**Records provided**

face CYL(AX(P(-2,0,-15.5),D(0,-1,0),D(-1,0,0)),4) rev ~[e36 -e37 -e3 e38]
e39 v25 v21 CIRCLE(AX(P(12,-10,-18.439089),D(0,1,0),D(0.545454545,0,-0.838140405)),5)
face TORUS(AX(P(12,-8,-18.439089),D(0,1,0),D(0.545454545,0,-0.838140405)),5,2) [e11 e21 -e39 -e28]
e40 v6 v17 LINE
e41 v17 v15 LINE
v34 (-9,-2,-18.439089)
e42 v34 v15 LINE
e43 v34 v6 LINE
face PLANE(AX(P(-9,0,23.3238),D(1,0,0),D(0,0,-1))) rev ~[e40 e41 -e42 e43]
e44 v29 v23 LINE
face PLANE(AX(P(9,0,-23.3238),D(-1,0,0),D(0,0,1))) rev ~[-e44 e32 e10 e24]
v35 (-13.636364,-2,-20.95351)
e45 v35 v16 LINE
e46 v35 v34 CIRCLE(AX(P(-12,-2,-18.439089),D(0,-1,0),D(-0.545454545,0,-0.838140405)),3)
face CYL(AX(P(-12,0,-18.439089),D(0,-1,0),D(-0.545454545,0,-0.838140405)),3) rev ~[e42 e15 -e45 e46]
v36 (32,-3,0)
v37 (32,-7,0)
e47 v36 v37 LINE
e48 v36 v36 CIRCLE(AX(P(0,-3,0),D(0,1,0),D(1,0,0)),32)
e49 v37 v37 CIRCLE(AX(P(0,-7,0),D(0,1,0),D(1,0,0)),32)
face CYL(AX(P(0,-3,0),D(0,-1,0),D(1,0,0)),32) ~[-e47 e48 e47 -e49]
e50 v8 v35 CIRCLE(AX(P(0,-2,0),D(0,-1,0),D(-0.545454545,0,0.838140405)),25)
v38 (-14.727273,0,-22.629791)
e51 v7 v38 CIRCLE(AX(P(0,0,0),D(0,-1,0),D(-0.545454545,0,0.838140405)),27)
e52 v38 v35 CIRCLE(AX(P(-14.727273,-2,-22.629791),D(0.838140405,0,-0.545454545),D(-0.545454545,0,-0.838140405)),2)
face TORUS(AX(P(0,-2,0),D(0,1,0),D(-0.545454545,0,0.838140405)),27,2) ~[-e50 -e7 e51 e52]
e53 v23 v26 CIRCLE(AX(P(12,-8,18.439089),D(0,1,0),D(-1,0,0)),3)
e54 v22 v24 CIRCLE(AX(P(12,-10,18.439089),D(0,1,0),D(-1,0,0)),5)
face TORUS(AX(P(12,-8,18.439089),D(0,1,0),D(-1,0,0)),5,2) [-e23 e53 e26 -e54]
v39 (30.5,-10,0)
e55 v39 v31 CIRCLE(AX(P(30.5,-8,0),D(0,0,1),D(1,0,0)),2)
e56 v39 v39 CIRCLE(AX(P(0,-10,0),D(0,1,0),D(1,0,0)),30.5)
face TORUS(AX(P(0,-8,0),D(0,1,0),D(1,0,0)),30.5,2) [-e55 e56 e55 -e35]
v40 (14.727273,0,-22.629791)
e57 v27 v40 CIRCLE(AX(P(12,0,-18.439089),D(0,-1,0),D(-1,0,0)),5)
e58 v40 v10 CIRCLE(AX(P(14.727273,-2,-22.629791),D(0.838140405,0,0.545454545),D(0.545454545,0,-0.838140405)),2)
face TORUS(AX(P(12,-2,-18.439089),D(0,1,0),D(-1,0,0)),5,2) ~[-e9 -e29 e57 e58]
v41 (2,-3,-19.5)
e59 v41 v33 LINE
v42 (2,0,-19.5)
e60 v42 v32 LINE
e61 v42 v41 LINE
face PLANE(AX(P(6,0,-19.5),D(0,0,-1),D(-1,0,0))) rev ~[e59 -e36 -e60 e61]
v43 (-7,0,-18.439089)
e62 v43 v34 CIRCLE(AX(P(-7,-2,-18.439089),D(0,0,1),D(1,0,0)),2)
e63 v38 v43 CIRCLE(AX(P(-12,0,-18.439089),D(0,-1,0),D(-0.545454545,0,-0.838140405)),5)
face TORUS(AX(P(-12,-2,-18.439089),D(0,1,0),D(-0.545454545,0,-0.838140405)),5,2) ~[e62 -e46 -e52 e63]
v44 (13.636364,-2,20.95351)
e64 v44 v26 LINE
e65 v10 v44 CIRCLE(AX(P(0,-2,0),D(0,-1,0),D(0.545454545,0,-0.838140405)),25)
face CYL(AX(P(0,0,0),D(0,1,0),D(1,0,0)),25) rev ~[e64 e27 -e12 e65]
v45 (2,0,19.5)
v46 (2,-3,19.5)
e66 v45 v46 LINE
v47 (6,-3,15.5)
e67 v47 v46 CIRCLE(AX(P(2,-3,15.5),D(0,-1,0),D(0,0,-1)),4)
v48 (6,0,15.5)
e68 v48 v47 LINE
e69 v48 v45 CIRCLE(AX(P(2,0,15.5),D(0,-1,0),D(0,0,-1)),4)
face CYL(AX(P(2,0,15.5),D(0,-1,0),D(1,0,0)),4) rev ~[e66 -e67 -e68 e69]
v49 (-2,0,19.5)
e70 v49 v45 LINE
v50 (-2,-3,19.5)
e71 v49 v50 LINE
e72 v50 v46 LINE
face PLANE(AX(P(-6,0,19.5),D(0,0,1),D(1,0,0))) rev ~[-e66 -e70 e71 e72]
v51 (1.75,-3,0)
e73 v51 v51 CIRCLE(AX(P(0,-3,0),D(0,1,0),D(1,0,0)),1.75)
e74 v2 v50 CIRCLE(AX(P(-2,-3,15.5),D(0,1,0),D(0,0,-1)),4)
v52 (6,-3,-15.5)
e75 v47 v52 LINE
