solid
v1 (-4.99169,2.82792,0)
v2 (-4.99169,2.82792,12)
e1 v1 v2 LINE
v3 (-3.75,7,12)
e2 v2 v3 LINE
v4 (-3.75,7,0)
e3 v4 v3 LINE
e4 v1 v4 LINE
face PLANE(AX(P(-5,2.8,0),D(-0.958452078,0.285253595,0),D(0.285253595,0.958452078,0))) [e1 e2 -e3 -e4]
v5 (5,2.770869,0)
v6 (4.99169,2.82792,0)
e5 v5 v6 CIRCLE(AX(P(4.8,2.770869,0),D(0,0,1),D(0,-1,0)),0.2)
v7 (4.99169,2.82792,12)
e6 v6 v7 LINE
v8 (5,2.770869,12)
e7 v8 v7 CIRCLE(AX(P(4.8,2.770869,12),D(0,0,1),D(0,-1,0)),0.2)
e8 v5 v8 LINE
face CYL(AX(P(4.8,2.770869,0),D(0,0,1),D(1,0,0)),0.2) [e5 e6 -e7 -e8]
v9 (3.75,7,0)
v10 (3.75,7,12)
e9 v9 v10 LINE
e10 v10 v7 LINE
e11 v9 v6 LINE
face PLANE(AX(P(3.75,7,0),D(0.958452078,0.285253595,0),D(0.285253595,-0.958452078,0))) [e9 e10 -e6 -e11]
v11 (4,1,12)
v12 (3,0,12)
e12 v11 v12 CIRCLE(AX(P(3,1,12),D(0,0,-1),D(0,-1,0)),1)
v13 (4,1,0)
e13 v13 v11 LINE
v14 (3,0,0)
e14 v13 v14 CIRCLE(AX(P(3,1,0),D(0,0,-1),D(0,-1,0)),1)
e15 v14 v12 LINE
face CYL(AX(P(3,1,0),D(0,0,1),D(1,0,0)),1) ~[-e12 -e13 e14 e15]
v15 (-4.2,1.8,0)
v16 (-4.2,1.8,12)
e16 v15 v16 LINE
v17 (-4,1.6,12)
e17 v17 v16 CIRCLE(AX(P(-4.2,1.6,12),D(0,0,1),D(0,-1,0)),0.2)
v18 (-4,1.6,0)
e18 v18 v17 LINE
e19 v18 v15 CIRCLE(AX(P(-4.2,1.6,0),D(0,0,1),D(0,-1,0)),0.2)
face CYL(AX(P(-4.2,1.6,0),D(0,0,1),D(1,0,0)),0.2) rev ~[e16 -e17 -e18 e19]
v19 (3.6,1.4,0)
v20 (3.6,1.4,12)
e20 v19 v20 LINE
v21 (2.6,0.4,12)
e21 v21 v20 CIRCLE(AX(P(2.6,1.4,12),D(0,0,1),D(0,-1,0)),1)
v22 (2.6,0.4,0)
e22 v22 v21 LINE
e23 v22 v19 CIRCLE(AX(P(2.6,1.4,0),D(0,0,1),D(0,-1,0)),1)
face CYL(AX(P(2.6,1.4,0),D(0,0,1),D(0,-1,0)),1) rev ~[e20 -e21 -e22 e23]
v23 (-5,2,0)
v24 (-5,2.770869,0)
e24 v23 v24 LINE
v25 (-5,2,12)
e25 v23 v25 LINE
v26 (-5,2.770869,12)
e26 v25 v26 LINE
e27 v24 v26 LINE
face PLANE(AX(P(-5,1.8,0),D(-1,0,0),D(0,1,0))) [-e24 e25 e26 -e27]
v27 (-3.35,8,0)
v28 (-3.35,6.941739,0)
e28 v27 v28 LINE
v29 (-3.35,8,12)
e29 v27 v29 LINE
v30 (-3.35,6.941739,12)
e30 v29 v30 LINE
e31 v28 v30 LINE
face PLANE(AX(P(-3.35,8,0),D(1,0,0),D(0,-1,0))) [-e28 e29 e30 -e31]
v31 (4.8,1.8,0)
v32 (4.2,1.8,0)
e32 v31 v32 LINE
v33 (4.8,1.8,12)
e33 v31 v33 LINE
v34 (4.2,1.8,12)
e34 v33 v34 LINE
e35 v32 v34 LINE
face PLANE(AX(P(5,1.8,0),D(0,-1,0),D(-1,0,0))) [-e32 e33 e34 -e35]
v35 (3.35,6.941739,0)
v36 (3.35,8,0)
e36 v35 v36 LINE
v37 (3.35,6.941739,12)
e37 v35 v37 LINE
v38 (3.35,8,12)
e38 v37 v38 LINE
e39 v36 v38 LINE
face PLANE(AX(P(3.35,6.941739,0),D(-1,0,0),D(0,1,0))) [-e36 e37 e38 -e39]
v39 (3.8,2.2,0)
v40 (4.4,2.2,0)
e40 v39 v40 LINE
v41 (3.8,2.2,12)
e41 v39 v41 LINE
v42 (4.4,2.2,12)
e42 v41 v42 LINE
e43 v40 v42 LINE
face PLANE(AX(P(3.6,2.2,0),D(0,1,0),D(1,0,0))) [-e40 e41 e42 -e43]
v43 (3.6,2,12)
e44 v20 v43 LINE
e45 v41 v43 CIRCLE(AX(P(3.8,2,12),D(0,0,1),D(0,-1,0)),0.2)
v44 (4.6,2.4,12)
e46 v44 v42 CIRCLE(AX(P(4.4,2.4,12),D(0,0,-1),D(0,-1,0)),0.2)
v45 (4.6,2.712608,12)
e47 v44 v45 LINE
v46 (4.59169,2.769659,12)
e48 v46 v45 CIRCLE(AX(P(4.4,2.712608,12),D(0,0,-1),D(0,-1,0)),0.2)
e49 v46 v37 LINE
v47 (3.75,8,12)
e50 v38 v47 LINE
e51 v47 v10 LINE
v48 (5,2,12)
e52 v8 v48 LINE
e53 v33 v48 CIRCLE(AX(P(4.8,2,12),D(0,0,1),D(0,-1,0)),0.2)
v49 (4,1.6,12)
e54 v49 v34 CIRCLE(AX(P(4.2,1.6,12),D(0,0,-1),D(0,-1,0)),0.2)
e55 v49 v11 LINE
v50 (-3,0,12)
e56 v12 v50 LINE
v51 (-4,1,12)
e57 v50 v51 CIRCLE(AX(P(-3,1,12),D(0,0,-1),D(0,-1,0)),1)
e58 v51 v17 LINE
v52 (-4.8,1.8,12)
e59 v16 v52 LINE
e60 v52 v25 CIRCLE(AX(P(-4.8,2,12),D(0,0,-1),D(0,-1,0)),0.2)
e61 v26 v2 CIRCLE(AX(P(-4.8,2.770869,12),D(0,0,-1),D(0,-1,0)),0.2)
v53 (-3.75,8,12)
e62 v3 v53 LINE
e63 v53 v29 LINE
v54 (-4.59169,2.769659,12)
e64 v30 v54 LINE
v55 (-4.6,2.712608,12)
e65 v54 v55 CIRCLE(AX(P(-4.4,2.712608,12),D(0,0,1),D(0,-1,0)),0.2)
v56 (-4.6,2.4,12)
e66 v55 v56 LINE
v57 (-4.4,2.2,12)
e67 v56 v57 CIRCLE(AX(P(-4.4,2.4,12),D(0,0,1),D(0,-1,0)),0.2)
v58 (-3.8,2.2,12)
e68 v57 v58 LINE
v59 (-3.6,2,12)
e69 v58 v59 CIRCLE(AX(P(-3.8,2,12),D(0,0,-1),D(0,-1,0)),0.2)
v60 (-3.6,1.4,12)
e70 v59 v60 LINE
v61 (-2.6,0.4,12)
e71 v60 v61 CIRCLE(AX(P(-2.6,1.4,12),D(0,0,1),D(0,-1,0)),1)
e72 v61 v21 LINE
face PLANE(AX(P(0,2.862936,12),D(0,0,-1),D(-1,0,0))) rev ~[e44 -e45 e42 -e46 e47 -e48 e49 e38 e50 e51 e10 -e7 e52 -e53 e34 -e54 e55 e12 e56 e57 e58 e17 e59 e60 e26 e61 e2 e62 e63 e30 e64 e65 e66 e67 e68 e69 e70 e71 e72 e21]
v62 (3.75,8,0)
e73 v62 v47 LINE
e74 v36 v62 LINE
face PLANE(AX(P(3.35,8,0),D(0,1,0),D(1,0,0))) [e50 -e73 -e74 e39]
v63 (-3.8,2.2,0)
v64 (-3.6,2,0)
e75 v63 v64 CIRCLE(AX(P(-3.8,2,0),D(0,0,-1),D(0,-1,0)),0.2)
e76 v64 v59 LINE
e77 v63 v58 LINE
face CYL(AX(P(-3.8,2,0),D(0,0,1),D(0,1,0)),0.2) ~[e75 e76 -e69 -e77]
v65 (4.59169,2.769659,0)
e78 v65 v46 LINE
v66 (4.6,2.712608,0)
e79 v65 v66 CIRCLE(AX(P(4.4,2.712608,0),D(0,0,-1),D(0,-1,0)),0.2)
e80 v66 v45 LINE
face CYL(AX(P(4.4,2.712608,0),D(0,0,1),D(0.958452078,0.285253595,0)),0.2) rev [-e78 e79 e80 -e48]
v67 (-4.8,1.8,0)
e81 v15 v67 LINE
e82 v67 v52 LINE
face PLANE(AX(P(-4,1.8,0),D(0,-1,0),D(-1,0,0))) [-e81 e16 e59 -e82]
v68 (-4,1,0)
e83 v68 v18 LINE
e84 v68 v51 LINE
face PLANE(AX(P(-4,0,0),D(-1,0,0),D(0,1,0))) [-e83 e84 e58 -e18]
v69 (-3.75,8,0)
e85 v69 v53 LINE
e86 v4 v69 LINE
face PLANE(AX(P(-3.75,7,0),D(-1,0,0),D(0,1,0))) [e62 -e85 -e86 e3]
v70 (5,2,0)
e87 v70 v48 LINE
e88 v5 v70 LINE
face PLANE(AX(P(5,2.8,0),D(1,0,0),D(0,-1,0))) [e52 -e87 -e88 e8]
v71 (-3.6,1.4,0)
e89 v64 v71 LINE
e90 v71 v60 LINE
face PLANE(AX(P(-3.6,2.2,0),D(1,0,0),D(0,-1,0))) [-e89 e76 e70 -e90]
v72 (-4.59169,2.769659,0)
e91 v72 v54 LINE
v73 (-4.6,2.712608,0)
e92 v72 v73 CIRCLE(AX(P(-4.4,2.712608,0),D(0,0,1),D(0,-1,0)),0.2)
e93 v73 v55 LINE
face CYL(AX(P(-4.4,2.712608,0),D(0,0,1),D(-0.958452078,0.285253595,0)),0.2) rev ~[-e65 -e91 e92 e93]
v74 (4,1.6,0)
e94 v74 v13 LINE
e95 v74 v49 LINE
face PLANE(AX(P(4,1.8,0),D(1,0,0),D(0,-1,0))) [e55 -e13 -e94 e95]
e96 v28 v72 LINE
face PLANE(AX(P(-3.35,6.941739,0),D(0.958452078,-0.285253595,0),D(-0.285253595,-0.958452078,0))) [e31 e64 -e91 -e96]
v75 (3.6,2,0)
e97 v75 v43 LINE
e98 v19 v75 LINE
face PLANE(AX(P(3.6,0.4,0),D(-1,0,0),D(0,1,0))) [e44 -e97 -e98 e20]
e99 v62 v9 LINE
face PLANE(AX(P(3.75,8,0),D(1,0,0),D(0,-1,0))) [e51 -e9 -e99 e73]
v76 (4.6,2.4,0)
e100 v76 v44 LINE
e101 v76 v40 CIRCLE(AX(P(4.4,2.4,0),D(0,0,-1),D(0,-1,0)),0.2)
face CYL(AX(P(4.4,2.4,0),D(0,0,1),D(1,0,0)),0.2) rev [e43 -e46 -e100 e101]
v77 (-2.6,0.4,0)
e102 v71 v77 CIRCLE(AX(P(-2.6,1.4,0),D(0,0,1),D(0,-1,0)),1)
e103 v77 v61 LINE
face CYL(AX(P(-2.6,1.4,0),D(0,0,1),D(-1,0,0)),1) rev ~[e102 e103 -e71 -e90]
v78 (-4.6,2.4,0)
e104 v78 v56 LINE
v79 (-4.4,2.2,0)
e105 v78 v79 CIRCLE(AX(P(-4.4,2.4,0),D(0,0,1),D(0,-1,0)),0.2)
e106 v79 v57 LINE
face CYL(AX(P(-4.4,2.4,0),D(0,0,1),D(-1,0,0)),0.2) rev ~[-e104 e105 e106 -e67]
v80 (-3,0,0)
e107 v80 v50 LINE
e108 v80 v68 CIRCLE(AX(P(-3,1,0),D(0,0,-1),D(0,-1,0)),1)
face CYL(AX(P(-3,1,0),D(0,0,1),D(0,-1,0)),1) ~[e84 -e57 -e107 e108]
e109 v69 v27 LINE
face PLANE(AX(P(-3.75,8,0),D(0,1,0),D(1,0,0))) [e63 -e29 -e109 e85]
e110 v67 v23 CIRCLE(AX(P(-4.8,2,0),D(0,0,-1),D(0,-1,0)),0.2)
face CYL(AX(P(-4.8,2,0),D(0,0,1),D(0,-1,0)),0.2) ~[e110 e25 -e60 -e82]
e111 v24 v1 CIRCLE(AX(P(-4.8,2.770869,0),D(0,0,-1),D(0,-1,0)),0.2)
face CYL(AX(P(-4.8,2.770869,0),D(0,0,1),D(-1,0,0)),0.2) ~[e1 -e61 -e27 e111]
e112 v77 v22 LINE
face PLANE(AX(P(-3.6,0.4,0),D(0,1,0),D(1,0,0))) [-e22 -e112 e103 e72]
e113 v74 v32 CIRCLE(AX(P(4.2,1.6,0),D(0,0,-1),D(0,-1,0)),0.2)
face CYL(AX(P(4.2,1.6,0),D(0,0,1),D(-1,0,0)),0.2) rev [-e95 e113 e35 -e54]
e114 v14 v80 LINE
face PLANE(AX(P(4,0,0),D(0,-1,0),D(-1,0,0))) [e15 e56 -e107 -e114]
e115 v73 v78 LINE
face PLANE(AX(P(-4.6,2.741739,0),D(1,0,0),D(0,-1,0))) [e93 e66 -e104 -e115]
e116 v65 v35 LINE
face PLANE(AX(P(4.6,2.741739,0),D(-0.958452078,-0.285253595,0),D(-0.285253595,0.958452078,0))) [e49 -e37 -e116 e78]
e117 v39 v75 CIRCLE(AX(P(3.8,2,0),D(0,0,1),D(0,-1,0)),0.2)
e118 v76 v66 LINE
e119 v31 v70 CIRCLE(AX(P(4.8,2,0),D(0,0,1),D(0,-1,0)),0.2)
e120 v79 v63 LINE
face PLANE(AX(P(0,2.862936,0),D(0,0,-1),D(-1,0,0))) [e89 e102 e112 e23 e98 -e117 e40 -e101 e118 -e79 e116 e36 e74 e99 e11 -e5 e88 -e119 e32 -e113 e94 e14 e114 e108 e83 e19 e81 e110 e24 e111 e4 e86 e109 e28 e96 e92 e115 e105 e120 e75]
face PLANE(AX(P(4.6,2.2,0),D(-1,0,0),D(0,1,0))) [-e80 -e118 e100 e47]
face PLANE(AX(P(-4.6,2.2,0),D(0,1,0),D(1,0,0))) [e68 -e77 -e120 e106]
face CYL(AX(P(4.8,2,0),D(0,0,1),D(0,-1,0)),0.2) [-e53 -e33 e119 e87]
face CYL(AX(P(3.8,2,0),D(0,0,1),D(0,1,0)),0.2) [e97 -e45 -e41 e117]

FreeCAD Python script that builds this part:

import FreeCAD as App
import Part
import Sketcher

V = App.Vector


def edges_at(feature, points):
    """Names of the edges that pass closest to the given points."""
    edges = feature.Shape.Edges
    near = lambda p: min(range(len(edges)), key=lambda i: edges[i].distToShape(Part.Vertex(*p))[0])
    return sorted({f"Edge{near(p) + 1}" for p in points})

doc = App.newDocument("Part")
params = doc.addObject("Spreadsheet::Sheet", "Params")
for row, (alias, value) in enumerate([
    ("sketch1_width", "1 mm"),
    ("sketch1_width2", "8 mm"),
    ("sketch1_width3", "0.4 mm"),
    ("sketch1_height", "1.8 mm"),
    ("pad1_length", "12 mm"),
    ("fillet_radius", "1 mm"),
    ("fillet2_radius", "0.2 mm"),
], start=1):
    params.set(f"A{row}", alias)
    params.set(f"B{row}", "=" + value)
    params.setAlias(f"B{row}", alias)

body = doc.addObject("PartDesign::Body", "Body")

# Sketch on XY plane
sketch1 = body.newObject("Sketcher::SketchObject", "Sketch")
sketch1.AttachmentSupport = (doc.getObject("XY_Plane"), [""])
sketch1.MapMode = "FlatFace"
sketch1.addGeometry(Part.LineSegment(V(3.75, 7, 0), V(3.75, 8, 0)), False)
sketch1.addGeometry(Part.LineSegment(V(3.75, 8, 0), V(3.35, 8, 0)), False)
sketch1.addGeometry(Part.LineSegment(V(3.35, 8, 0), V(3.35, 6.94, 0)), False)
sketch1.addGeometry(Part.LineSegment(V(3.35, 6.94, 0), V(4.6, 2.74, 0)), False)
sketch1.addGeometry(Part.LineSegment(V(4.6, 2.74, 0), V(4.6, 2.2, 0)), False)
sketch1.addGeometry(Part.LineSegment(V(4.6, 2.2, 0), V(3.6, 2.2, 0)), False)
sketch1.addGeometry(Part.LineSegment(V(3.6, 2.2, 0), V(3.6, 0.4, 0)), False)
sketch1.addGeometry(Part.LineSegment(V(3.6, 0.4, 0), V(-3.6, 0.4, 0)), False)
sketch1.addGeometry(Part.LineSegment(V(-3.6, 0.4, 0), V(-3.6, 2.2, 0)), False)
sketch1.addGeometry(Part.LineSegment(V(-3.6, 2.2, 0), V(-4.6, 2.2, 0)), False)
sketch1.addGeometry(Part.LineSegment(V(-4.6, 2.2, 0), V(-4.6, 2.74, 0)), False)
sketch1.addGeometry(Part.LineSegment(V(-4.6, 2.74, 0), V(-3.35, 6.94, 0)), False)
sketch1.addGeometry(Part.LineSegment(V(-3.35, 6.94, 0), V(-3.35, 8, 0)), False)
sketch1.addGeometry(Part.LineSegment(V(-3.35, 8, 0), V(-3.75, 8, 0)), False)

**How to complete this task**
Could you state how many lines of the entries contain the word "TORUS"? Only the number is wanted.

**Solution to this problem**
6